Select all lines in the records that include "amount".

[Recorded data]

_ _ _ _

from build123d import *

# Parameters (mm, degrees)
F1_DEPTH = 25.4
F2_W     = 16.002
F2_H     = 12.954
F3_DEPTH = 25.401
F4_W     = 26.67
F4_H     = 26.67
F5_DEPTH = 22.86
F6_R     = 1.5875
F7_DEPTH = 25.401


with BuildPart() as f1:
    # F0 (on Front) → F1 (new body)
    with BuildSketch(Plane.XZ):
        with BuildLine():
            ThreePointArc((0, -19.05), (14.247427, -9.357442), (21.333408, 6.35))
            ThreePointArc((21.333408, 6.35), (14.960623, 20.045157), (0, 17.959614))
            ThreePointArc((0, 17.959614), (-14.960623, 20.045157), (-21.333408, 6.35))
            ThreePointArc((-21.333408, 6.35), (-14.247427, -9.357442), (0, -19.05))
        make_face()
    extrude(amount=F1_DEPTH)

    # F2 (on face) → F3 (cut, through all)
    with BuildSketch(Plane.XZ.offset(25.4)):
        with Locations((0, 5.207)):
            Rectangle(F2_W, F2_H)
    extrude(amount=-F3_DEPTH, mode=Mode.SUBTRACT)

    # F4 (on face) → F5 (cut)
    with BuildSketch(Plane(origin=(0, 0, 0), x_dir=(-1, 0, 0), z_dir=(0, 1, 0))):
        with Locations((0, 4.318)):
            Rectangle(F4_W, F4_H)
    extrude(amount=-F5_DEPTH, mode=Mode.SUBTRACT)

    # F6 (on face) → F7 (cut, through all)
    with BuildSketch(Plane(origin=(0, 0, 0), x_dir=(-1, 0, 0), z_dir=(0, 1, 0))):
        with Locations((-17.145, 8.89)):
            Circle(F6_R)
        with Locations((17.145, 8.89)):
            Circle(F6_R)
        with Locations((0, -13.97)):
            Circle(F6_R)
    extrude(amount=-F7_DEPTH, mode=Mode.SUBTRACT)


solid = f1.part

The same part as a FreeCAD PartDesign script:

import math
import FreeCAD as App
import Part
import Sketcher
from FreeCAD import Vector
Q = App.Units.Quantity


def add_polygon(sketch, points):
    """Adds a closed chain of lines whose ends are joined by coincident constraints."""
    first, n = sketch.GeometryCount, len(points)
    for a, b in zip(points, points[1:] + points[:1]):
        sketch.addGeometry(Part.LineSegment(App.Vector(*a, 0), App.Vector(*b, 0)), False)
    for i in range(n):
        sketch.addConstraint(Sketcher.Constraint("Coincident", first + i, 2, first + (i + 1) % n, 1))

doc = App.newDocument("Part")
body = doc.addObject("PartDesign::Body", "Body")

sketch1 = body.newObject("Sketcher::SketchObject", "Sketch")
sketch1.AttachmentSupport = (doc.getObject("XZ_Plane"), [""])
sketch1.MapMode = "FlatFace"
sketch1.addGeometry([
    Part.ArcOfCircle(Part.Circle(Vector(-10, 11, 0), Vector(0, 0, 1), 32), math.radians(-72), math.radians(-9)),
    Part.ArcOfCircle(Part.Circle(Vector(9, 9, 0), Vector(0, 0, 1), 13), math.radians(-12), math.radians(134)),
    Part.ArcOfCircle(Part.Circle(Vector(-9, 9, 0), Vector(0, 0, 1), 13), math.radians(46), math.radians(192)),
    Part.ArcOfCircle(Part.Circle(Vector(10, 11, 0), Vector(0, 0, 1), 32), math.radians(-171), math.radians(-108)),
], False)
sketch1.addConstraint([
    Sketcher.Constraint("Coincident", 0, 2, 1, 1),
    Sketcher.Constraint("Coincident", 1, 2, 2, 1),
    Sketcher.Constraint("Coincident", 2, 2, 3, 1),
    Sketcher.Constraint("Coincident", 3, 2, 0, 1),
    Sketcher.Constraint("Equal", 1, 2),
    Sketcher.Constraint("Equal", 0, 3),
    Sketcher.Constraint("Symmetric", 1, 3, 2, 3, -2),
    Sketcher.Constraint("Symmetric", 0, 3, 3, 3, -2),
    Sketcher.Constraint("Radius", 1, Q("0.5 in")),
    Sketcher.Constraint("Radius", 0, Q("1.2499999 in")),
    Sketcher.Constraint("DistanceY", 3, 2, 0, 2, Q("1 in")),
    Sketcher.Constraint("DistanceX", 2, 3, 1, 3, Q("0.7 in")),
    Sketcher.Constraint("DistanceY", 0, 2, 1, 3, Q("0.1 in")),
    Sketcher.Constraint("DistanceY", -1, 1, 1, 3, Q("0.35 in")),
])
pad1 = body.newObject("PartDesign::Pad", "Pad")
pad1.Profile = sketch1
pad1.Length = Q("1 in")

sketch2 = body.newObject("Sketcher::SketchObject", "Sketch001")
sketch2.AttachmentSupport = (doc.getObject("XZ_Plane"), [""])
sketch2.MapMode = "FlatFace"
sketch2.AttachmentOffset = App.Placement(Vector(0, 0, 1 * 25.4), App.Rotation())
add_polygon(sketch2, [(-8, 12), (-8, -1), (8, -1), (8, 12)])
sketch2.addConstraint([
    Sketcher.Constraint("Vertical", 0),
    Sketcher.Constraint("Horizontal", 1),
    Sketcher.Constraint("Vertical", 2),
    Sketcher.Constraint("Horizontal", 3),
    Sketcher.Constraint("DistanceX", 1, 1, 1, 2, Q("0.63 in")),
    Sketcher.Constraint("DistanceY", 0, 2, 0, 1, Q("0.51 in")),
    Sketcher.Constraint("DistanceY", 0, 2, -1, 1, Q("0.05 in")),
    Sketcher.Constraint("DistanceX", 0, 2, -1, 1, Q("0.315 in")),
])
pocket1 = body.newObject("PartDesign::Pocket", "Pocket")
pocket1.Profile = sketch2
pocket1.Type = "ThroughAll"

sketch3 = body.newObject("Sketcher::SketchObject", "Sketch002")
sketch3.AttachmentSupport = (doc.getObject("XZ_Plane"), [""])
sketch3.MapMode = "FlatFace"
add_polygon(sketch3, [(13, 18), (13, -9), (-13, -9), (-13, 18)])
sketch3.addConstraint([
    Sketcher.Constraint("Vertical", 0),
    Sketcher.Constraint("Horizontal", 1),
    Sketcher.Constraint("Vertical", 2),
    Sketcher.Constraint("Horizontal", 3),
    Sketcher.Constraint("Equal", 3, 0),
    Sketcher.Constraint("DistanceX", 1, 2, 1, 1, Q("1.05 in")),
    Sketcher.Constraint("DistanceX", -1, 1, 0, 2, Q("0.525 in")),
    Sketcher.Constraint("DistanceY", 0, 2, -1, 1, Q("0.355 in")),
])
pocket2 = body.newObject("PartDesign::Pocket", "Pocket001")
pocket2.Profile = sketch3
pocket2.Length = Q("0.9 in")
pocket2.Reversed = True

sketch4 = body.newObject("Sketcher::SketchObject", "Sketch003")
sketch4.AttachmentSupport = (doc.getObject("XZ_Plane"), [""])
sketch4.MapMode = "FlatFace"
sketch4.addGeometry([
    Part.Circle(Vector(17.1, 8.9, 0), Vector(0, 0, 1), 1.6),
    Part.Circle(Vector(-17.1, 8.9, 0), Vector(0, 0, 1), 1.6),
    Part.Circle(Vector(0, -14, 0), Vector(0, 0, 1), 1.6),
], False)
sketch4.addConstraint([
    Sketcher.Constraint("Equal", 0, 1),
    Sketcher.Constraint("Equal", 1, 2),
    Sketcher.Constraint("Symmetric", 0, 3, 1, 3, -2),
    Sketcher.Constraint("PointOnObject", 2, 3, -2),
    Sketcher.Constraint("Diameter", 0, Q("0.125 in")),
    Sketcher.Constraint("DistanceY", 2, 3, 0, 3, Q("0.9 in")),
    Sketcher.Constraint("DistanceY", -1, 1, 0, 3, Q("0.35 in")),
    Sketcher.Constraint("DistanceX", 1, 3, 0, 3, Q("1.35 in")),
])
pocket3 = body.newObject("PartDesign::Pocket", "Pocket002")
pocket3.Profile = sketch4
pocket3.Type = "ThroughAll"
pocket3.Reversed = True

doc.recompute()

_ _ _ _

◆ Result below ◆
    extrude(amount=F1_DEPTH)
    extrude(amount=-F3_DEPTH, mode=Mode.SUBTRACT)
    extrude(amount=-F5_DEPTH, mode=Mode.SUBTRACT)
    extrude(amount=-F7_DEPTH, mode=Mode.SUBTRACT)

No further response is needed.